#Taller Machine Learning-Modelaje Predictivo#
#Jesús B. Zerpa|Economist & Data Scientist|#
#Código en R#
#Se instalan las siguientes paqueterías#

install.packages("workflows")
install.packages("parsnip")
install.packages("recipes")
install.packages("yardstick")
install.packages("glmnet")
install.packages("tidyverse")
install.packages("tidyquant")
install.packages("timetk")

#Se cargan en la consola de Rstudio"

library(workflows)
library(parsnip)
library(recipes)
library(yardstick)
library(glmnet)
library(tidyverse)
library(tidyquant)
library(timetk)

# Se cargan los datos y generamos un objeto

bikes <- read_csv("C:/Users/Personal/Desktop/Modelo en R/Arima manufactura/Prueba/day.csv")

# Seleccionamos las columas de fecha y valor
bikes_tbl <- bikes %>%
    select(dteday, cnt) %>%
    rename(date  = dteday,
           value = cnt)
                      
#Gráfica de datos y regiones de entrenamiento y prueba#

bikes_tbl %>%
    ggplot(aes(x = date, y = value)) +
    geom_rect(xmin = as.numeric(ymd("2012-07-01")),
              xmax = as.numeric(ymd("2013-01-01")),
              ymin = 0, ymax = 10000,
              fill = palette_light()[[4]], alpha = 0.01) +
    annotate("text", x = ymd("2011-10-01"), y = 7800,
             color = palette_light()[[1]], label = "Región de entrenamiento") +
    annotate("text", x = ymd("2012-10-01"), y = 1550,
             color = palette_light()[[1]], label = "Región de Prueba") +
    geom_point(alpha = 0.5, color = palette_light()[[1]]) +
    labs(title = "Bikes Sharing Dataset: Escala Diaria", x = "") +
    theme_tq()

#Dividir los datos en conjuntos de entenamiento y prueba#

train_tbl <- bikes_tbl %>% filter(date < ymd("2012-07-01"))
test_tbl  <- bikes_tbl %>% filter(date >= ymd("2012-07-01"))

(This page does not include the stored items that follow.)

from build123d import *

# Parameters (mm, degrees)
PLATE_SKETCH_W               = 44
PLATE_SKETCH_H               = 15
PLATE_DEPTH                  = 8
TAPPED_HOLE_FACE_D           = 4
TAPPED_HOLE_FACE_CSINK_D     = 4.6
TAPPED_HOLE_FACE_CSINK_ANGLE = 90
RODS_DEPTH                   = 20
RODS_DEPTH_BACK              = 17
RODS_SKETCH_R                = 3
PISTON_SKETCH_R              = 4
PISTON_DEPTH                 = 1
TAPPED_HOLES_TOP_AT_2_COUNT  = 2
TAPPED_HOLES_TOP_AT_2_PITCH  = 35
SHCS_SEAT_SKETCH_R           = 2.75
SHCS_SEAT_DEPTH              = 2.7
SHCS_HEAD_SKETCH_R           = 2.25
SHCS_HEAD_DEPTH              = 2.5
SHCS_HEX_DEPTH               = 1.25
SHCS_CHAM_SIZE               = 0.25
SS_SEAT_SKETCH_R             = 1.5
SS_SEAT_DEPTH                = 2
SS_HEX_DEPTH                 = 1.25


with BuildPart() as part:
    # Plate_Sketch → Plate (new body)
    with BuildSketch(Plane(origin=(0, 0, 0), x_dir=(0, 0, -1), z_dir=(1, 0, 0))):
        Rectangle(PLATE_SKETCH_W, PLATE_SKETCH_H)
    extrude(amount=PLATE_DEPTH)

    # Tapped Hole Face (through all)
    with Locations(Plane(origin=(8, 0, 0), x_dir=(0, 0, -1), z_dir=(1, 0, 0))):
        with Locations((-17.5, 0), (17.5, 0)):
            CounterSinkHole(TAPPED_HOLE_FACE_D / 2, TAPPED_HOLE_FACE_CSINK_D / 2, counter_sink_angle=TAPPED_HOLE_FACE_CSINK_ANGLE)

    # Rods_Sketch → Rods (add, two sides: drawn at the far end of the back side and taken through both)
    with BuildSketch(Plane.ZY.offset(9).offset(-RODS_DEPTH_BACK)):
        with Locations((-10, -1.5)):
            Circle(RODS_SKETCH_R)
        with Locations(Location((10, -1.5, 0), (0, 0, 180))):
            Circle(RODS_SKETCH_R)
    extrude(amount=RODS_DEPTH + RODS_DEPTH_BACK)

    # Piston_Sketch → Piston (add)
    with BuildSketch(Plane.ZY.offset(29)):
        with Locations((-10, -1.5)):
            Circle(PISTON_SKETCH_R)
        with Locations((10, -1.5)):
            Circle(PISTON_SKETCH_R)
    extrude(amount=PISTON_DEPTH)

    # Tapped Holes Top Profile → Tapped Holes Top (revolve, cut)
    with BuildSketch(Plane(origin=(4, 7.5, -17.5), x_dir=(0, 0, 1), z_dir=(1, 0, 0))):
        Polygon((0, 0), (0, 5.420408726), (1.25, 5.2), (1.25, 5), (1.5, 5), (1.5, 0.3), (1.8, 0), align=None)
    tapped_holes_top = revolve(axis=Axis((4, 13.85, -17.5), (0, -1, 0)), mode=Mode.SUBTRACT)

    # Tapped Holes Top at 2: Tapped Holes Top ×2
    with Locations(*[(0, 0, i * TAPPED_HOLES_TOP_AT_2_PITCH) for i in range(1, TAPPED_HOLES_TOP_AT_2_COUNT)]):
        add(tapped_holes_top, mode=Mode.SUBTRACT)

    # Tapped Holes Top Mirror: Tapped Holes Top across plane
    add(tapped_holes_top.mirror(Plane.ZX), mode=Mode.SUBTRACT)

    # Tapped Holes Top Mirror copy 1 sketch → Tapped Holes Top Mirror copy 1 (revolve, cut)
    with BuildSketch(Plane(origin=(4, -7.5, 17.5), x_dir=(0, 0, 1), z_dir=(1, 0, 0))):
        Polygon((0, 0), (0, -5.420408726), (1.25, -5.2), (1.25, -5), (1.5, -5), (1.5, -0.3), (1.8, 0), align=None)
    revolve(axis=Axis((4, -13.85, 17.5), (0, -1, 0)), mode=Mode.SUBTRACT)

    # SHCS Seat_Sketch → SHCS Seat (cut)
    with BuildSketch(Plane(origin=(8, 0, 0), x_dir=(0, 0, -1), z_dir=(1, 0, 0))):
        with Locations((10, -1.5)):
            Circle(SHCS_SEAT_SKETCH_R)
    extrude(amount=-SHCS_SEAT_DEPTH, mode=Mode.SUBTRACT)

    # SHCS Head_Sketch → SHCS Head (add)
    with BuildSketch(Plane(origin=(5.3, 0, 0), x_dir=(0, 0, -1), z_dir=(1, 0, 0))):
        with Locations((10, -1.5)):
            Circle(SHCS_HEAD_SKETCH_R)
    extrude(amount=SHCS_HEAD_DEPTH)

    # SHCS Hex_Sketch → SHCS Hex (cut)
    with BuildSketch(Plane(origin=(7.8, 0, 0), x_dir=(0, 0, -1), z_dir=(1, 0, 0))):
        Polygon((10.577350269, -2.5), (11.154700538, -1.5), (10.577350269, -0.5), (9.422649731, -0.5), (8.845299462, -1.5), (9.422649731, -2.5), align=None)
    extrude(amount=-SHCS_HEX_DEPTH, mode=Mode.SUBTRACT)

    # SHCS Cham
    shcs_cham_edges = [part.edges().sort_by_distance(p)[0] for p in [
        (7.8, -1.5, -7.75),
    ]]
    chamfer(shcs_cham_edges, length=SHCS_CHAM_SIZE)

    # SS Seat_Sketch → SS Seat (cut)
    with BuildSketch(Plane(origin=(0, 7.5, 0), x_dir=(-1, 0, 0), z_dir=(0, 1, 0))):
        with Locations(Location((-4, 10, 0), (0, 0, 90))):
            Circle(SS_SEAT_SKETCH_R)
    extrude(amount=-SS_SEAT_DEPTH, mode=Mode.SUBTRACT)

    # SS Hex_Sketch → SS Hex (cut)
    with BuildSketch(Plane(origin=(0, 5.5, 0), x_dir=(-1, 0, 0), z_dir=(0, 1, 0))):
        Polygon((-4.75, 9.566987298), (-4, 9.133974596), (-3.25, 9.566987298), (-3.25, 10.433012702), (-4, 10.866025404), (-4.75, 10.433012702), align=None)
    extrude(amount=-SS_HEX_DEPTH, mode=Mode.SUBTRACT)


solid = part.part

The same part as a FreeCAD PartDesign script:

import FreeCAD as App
import Part
import Sketcher
Q = App.Units.Quantity


def edges_at(feature, points):
    """Names of the edges that pass closest to the given points."""
    edges = feature.Shape.Edges
    near = lambda p: min(range(len(edges)), key=lambda i: edges[i].distToShape(Part.Vertex(*p))[0])
    return sorted({f"Edge{near(p) + 1}" for p in points})


def add_polygon(sketch, points):
    """Adds a closed chain of lines whose ends are joined by coincident constraints."""
    first, n = sketch.GeometryCount, len(points)
    for a, b in zip(points, points[1:] + points[:1]):
        sketch.addGeometry(Part.LineSegment(App.Vector(*a, 0), App.Vector(*b, 0)), False)
    for i in range(n):
        sketch.addConstraint(Sketcher.Constraint("Coincident", first + i, 2, first + (i + 1) % n, 1))

doc = App.newDocument("Part")
params = doc.addObject("Spreadsheet::Sheet", "Params")
for row, (alias, value) in enumerate([
    ("sketch1_width", "15 mm"),
    ("sketch1_height", "44 mm"),
    ("pad1_length", "8 mm"),
    ("sketch2_diameter", "4 mm"),
    ("hole_diameter", "4 mm"),
    ("hole_csink_diameter", "4.6 mm"),
    ("sketch3_diameter", "6 mm"),
    ("pad2_length", "20 mm"),
    ("pad2_length2", "17 mm"),
    ("sketch4_diameter", "8 mm"),
    ("pad3_length", "1 mm"),
    ("sketch5_width", "4.7 mm"),
    ("sketch5_width2", "0.2 mm"),
    ("sketch5_height", "1.8 mm"),
    ("sketch5_height2", "0.25 mm"),
    ("groove_angle", "360 deg"),
    ("linearpattern_pitch", "35 mm"),
    ("sketch6_width", "0.2 mm"),
    ("sketch6_width2", "4.7 mm"),
    ("sketch6_height", "1.8 mm"),
    ("sketch6_height2", "0.25 mm"),
    ("groove2_angle", "360 deg"),
    ("sketch7_diameter", "5.5 mm"),
    ("pocket1_length", "2.7 mm"),
    ("sketch8_diameter", "4.5 mm"),
    ("pad4_length", "2.5 mm"),
    ("pocket2_length", "1.25 mm"),
    ("chamfer_size", "0.25 mm"),
    ("sketch10_diameter", "3 mm"),
    ("pocket3_length", "2 mm"),
    ("pocket4_length", "1.25 mm"),
], start=1):
    params.set(f"A{row}", alias)
    params.set(f"B{row}", "=" + value)
    params.setAlias(f"B{row}", alias)

body = doc.addObject("PartDesign::Body", "Body")

sketch1 = body.newObject("Sketcher::SketchObject", "Sketch")
sketch1.AttachmentSupport = (doc.getObject("YZ_Plane"), [""])
sketch1.MapMode = "FlatFace"
add_polygon(sketch1, [(7.5, 22), (-7.5, 22), (-7.5, -22), (7.5, -22)])
sketch1.addConstraint(Sketcher.Constraint("Horizontal", 0))
sketch1.addConstraint(Sketcher.Constraint("Vertical", 1))
sketch1.addConstraint(Sketcher.Constraint("Horizontal", 2))
sketch1.addConstraint(Sketcher.Constraint("Vertical", 3))
sketch1.addConstraint(Sketcher.Constraint("Symmetric", 0, 2, 2, 2, -1, 1))
sketch1.addConstraint(Sketcher.Constraint("DistanceX", 0, 2, 0, 1, 15.0))
sketch1.addConstraint(Sketcher.Constraint("DistanceY", 1, 2, 1, 1, 44.0))
sketch1.setExpression("Constraints[9]", "Params.sketch1_width")
sketch1.setExpression("Constraints[10]", "Params.sketch1_height")
pad1 = body.newObject("PartDesign::Pad", "Pad")
pad1.Profile = sketch1
pad1.setExpression("Length", "Params.pad1_length")

sketch2 = body.newObject("Sketcher::SketchObject", "Sketch001")
sketch2.AttachmentSupport = (doc.getObject("YZ_Plane"), [""])
sketch2.MapMode = "FlatFace"
sketch2.AttachmentOffset = App.Placement(App.Vector(0, 0, 8), App.Rotation())
sketch2.addGeometry(Part.Circle(App.Vector(0, 17.5, 0), App.Vector(0, 0, 1), 2), False)
sketch2.addGeometry(Part.Circle(App.Vector(0, -17.5, 0), App.Vector(0, 0, 1), 2), False)
sketch2.addConstraint(Sketcher.Constraint("Equal", 0, 1))
sketch2.addConstraint(Sketcher.Constraint("Symmetric", 0, 3, 1, 3, -1, 1))
sketch2.addConstraint(Sketcher.Constraint("PointOnObject", 0, 3, -2))
sketch2.addConstraint(Sketcher.Constraint("Diameter", 0, 4.0))
sketch2.addConstraint(Sketcher.Constraint("DistanceY", 1, 3, 0, 3, 35.0))
sketch2.setExpression("Constraints[3]", "Params.sketch2_diameter")
doc.recompute()
hole = body.newObject("PartDesign::Hole", "Hole")
hole.Profile = sketch2
hole.ThreadType = "None"
hole.setExpression("Diameter", "Params.hole_diameter")
hole.DepthType = "ThroughAll"
hole.HoleCutType = "Countersink"
hole.setExpression("HoleCutDiameter", "Params.hole_csink_diameter")
hole.HoleCutCountersinkAngle = 90

sketch3 = body.newObject("Sketcher::SketchObject", "Sketch002")
sketch3.AttachmentSupport = (doc.getObject("YZ_Plane"), [""])
sketch3.MapMode = "FlatFace"
sketch3.AttachmentOffset = App.Placement(App.Vector(0, 0, -9), App.Rotation())
sketch3.addGeometry(Part.Circle(App.Vector(-1.5, -10, 0), App.Vector(0, 0, 1), 3), False)
sketch3.addGeometry(Part.Circle(App.Vector(-1.5, 10, 0), App.Vector(0, 0, 1), 3), False)
sketch3.addConstraint(Sketcher.Constraint("Equal", 0, 1))
sketch3.addConstraint(Sketcher.Constraint("Symmetric", 0, 3, 1, 3, -1))
sketch3.addConstraint(Sketcher.Constraint("Diameter", 0, 6.0))
sketch3.addConstraint(Sketcher.Constraint("DistanceY", 0, 3, -1, 1, 10.0))
sketch3.addConstraint(Sketcher.Constraint("DistanceX", 0, 3, -1, 1, 1.5))
sketch3.setExpression("Constraints[2]", "Params.sketch3_diameter")
pad2 = body.newObject("PartDesign::Pad", "Pad001")
pad2.Profile = sketch3
pad2.Type = "TwoLengths"
pad2.setExpression("Length", "Params.pad2_length")
pad2.setExpression("Length2", "Params.pad2_length2")
pad2.Reversed = True

sketch4 = body.newObject("Sketcher::SketchObject", "Sketch003")
sketch4.AttachmentSupport = (doc.getObject("YZ_Plane"), [""])
sketch4.MapMode = "FlatFace"
sketch4.AttachmentOffset = App.Placement(App.Vector(0, 0, -29), App.Rotation())
sketch4.addGeometry(Part.Circle(App.Vector(-1.5, -10, 0), App.Vector(0, 0, 1), 4), False)
sketch4.addGeometry(Part.Circle(App.Vector(-1.5, 10, 0), App.Vector(0, 0, 1), 4), False)
sketch4.addConstraint(Sketcher.Constraint("Equal", 0, 1))
sketch4.addConstraint(Sketcher.Constraint("Symmetric", 0, 3, 1, 3, -1))
sketch4.addConstraint(Sketcher.Constraint("Diameter", 0, 8.0))
sketch4.addConstraint(Sketcher.Constraint("DistanceY", 0, 3, -1, 1, 10.0))
sketch4.addConstraint(Sketcher.Constraint("DistanceX", 0, 3, -1, 1, 1.5))
sketch4.setExpression("Constraints[2]", "Params.sketch4_diameter")
pad3 = body.newObject("PartDesign::Pad", "Pad002")
pad3.Profile = sketch4
pad3.setExpression("Length", "Params.pad3_length")
pad3.Reversed = True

# Conjunto de entrenamiento#

train_tbl

#Pasos de preprocesamiento de datos#

recipe_spec_final <- recipe_spec_timeseries %>%
    step_rm(date) %>%
    step_rm(contains("iso"), contains("minute"), contains("hour"),
            contains("am.pm"), contains("xts")) %>%
    step_normalize(contains("index.num"), date_year) %>%
    step_dummy(contains("lbl"), one_hot = TRUE) %>%
    step_ns(date_index.num, deg_free = 3)

bake(prep(recipe_spec_final), new_data = train_tbl)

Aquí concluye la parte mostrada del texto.